### Exercise directions
From the data below, copy exactly the lines that lie between the one holding "circle A17 centre" and the one holding "circle A54 centre", including both, and nothing more.

### Records supplied

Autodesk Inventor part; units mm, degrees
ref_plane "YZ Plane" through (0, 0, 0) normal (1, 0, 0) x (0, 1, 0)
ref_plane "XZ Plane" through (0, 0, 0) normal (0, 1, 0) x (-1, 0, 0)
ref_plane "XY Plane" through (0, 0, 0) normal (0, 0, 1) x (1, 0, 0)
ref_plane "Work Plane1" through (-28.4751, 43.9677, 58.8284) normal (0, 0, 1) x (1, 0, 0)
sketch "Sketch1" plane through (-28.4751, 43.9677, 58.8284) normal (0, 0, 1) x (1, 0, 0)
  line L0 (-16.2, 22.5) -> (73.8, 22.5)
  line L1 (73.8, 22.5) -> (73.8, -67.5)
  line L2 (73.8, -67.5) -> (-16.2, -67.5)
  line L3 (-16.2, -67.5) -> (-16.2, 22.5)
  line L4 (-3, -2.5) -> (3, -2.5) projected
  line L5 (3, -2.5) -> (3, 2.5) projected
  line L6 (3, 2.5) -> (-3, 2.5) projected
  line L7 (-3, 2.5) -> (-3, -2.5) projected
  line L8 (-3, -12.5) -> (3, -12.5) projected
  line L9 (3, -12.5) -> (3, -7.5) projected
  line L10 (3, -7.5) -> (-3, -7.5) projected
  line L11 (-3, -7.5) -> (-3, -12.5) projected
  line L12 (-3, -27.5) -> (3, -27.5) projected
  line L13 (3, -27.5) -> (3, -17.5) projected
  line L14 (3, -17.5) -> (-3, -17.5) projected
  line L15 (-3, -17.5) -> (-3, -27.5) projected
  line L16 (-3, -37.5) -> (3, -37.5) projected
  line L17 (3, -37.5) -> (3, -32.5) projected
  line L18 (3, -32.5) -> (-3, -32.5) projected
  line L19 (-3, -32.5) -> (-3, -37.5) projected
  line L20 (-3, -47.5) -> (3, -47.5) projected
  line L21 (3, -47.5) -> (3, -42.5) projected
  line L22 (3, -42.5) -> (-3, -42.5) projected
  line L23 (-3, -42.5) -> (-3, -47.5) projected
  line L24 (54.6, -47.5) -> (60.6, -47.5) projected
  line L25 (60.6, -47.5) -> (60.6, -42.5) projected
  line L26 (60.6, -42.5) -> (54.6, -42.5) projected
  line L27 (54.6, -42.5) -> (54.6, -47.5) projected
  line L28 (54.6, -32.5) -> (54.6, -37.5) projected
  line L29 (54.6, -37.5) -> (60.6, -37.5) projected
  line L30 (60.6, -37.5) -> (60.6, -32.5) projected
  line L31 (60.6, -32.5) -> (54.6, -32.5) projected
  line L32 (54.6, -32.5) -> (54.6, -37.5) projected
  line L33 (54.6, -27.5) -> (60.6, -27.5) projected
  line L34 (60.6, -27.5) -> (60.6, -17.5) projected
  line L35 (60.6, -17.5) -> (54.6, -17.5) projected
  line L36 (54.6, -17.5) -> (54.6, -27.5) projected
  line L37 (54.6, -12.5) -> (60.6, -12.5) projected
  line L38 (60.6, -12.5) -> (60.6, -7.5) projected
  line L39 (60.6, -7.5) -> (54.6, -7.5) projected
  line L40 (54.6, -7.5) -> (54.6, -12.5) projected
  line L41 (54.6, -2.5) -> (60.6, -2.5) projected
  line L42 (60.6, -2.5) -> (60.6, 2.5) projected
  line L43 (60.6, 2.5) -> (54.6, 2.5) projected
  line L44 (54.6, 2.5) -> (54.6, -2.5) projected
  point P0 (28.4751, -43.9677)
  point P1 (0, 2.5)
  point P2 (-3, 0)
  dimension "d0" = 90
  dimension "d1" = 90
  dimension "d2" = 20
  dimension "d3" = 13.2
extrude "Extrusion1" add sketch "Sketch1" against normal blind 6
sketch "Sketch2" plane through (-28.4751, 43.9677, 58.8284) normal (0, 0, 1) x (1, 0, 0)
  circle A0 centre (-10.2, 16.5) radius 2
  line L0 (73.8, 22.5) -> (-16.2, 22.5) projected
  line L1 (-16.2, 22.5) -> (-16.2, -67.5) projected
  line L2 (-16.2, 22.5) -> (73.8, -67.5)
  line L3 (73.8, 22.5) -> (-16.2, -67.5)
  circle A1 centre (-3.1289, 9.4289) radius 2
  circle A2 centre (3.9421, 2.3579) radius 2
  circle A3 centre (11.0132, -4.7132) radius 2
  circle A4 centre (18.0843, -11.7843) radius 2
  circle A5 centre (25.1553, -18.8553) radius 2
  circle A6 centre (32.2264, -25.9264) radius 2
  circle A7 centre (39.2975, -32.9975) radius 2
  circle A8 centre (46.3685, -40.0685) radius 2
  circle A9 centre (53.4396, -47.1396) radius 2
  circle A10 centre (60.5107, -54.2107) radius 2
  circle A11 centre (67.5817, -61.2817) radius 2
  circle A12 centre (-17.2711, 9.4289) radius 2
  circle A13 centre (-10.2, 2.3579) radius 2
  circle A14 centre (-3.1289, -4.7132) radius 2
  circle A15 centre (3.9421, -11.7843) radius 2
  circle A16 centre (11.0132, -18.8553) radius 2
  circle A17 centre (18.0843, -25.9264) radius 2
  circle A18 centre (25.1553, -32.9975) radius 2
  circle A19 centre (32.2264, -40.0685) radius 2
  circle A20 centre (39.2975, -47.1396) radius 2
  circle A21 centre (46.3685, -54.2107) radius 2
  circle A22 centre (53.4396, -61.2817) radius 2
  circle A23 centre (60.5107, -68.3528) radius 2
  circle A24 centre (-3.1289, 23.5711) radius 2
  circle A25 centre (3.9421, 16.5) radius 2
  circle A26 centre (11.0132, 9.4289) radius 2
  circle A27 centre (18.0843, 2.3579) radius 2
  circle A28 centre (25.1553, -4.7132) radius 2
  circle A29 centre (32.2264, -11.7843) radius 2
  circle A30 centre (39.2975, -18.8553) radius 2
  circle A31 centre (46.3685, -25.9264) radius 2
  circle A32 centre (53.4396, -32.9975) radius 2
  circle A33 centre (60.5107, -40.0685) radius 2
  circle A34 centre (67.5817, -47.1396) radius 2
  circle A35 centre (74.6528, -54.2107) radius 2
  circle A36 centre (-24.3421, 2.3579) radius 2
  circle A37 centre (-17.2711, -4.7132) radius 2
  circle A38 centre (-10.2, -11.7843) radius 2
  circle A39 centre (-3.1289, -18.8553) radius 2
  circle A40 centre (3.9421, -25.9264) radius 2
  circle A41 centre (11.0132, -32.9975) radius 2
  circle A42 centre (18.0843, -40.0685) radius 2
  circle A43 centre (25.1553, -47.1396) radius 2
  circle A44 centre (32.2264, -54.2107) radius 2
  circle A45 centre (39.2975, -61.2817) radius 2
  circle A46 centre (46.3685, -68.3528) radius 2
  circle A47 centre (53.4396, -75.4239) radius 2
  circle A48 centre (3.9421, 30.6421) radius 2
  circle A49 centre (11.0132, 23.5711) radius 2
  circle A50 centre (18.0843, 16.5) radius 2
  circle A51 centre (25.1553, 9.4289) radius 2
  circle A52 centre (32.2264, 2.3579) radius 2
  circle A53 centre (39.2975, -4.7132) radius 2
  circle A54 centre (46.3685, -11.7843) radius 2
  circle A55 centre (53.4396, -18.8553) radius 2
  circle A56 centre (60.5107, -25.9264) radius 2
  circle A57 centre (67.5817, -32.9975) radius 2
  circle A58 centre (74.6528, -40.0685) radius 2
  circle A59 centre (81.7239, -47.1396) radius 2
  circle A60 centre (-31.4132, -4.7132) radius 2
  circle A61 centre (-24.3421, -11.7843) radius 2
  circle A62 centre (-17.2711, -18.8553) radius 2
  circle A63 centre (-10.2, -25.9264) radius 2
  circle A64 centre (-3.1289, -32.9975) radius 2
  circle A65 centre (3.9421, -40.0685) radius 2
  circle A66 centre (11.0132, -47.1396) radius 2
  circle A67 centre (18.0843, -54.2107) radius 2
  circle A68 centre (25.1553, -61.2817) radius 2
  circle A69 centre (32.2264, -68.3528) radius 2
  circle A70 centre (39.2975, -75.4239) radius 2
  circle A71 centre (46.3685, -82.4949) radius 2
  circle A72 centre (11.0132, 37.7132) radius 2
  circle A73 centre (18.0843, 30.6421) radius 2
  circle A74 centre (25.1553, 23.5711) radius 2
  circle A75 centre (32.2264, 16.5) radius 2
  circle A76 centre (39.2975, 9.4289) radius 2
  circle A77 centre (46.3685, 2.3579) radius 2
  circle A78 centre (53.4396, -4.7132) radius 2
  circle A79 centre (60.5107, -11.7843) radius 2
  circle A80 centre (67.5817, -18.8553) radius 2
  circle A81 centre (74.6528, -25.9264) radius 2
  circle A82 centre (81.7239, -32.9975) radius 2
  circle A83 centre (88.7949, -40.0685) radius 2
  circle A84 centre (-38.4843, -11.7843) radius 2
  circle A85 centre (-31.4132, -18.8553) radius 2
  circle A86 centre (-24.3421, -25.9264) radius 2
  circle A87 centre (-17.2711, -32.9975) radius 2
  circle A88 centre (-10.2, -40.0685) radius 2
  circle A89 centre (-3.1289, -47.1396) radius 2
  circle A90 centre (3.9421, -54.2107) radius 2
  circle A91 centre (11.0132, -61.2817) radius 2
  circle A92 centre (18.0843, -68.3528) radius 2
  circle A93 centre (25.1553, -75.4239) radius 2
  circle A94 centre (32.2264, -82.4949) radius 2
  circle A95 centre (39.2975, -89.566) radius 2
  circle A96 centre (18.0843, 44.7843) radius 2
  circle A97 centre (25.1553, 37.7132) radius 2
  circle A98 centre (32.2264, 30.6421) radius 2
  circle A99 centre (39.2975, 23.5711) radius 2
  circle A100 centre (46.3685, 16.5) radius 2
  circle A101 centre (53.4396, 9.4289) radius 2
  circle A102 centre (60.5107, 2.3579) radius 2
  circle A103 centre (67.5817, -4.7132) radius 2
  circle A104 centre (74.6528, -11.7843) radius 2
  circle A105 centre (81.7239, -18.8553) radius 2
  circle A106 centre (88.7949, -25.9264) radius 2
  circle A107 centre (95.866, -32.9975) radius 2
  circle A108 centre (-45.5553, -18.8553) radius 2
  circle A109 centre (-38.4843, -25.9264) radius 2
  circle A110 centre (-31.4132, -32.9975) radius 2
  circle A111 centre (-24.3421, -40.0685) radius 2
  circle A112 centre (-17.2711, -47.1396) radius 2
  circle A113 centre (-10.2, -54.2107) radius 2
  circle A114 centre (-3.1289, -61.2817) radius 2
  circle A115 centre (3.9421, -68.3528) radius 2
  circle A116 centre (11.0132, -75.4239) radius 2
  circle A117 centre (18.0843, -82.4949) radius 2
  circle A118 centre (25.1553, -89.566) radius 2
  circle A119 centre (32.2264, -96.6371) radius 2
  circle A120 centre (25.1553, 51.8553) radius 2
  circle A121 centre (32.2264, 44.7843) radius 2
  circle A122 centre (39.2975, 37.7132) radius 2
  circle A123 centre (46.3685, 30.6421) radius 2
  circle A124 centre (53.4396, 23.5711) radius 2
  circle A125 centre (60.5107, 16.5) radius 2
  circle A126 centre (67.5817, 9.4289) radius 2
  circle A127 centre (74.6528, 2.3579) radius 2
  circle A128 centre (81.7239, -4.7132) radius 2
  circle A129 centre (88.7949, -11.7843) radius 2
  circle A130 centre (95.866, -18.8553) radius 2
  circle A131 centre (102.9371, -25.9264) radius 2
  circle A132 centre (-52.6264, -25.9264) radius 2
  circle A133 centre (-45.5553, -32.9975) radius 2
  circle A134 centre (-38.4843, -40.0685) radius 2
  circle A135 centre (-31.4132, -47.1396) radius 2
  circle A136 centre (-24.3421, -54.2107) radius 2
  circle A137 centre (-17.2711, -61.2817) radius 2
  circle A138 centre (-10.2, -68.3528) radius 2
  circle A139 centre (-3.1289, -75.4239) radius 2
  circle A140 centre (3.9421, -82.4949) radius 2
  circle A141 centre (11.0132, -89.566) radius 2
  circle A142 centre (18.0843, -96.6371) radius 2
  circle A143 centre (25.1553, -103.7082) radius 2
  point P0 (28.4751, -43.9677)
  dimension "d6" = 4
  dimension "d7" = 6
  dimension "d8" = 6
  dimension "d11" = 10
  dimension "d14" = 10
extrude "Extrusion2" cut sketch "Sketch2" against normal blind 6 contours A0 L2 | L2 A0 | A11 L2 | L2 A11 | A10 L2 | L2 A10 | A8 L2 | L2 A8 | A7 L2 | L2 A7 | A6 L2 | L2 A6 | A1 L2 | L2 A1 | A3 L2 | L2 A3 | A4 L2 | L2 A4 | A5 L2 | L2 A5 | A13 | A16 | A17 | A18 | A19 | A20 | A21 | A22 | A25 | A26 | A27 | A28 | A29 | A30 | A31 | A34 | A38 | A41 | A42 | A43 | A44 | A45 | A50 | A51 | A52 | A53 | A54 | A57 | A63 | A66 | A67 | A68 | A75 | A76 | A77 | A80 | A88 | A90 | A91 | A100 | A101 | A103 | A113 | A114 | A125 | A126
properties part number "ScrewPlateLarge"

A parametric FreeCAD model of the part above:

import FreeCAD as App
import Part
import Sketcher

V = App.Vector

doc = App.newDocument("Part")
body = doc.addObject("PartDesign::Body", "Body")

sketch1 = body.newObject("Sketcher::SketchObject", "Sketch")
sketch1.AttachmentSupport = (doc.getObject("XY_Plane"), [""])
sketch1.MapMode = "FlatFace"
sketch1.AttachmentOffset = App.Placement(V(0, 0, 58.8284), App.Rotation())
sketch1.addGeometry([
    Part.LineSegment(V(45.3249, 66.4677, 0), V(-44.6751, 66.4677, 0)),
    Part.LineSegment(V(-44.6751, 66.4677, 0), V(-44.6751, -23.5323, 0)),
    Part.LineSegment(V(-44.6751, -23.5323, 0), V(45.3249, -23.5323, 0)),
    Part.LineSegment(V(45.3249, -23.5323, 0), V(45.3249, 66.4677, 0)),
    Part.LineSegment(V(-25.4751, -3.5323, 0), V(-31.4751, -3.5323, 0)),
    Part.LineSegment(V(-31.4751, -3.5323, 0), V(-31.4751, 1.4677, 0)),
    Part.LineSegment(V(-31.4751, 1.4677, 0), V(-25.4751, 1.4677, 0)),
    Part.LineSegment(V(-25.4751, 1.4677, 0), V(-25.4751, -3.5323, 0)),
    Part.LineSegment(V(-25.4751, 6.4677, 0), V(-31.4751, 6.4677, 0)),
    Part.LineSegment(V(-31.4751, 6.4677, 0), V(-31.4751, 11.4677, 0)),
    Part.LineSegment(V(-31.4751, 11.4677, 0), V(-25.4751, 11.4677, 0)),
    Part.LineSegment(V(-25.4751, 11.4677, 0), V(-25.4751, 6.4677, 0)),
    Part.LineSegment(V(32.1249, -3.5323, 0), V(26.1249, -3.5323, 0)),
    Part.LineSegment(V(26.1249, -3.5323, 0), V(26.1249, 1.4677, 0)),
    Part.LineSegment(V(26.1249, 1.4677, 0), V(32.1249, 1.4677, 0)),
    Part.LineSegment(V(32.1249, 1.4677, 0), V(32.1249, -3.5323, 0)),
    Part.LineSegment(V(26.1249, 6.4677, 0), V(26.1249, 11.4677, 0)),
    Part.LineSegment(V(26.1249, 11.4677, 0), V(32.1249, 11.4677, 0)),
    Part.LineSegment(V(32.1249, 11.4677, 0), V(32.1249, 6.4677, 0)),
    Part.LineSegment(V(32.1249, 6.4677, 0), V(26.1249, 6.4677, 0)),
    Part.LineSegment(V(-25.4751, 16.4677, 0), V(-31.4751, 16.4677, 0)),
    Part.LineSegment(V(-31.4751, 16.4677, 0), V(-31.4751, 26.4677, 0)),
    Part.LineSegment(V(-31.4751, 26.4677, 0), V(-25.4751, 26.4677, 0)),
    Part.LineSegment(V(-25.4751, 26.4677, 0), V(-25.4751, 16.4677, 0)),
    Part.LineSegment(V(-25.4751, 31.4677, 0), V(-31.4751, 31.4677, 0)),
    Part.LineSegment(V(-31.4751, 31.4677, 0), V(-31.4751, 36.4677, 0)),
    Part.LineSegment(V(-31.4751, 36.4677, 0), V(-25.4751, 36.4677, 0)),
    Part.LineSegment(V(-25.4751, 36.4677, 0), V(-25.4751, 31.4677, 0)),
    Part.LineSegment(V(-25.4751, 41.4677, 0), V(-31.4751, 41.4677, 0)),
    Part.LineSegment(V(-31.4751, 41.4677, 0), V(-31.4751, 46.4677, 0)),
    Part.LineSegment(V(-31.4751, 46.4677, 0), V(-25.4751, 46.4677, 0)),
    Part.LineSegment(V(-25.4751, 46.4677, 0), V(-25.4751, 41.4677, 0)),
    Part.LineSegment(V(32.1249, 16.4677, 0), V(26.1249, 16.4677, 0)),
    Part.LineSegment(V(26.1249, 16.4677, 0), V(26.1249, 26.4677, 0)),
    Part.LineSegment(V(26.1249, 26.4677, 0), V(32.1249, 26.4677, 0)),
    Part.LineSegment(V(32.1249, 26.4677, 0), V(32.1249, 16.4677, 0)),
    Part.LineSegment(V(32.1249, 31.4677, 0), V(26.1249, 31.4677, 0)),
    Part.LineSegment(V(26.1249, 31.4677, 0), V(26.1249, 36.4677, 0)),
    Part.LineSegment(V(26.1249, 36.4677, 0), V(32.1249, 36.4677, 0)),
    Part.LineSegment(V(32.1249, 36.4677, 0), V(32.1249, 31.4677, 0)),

### Exercise result
  circle A17 centre (18.0843, -25.9264) radius 2
  circle A18 centre (25.1553, -32.9975) radius 2
  circle A19 centre (32.2264, -40.0685) radius 2
  circle A20 centre (39.2975, -47.1396) radius 2
  circle A21 centre (46.3685, -54.2107) radius 2
  circle A22 centre (53.4396, -61.2817) radius 2
  circle A23 centre (60.5107, -68.3528) radius 2
  circle A24 centre (-3.1289, 23.5711) radius 2
  circle A25 centre (3.9421, 16.5) radius 2
  circle A26 centre (11.0132, 9.4289) radius 2
  circle A27 centre (18.0843, 2.3579) radius 2
  circle A28 centre (25.1553, -4.7132) radius 2
  circle A29 centre (32.2264, -11.7843) radius 2
  circle A30 centre (39.2975, -18.8553) radius 2
  circle A31 centre (46.3685, -25.9264) radius 2
  circle A32 centre (53.4396, -32.9975) radius 2
  circle A33 centre (60.5107, -40.0685) radius 2
  circle A34 centre (67.5817, -47.1396) radius 2
  circle A35 centre (74.6528, -54.2107) radius 2
  circle A36 centre (-24.3421, 2.3579) radius 2
  circle A37 centre (-17.2711, -4.7132) radius 2
  circle A38 centre (-10.2, -11.7843) radius 2
  circle A39 centre (-3.1289, -18.8553) radius 2
  circle A40 centre (3.9421, -25.9264) radius 2
  circle A41 centre (11.0132, -32.9975) radius 2
  circle A42 centre (18.0843, -40.0685) radius 2
  circle A43 centre (25.1553, -47.1396) radius 2
  circle A44 centre (32.2264, -54.2107) radius 2
  circle A45 centre (39.2975, -61.2817) radius 2
  circle A46 centre (46.3685, -68.3528) radius 2
  circle A47 centre (53.4396, -75.4239) radius 2
  circle A48 centre (3.9421, 30.6421) radius 2
  circle A49 centre (11.0132, 23.5711) radius 2
  circle A50 centre (18.0843, 16.5) radius 2
  circle A51 centre (25.1553, 9.4289) radius 2
  circle A52 centre (32.2264, 2.3579) radius 2
  circle A53 centre (39.2975, -4.7132) radius 2
  circle A54 centre (46.3685, -11.7843) radius 2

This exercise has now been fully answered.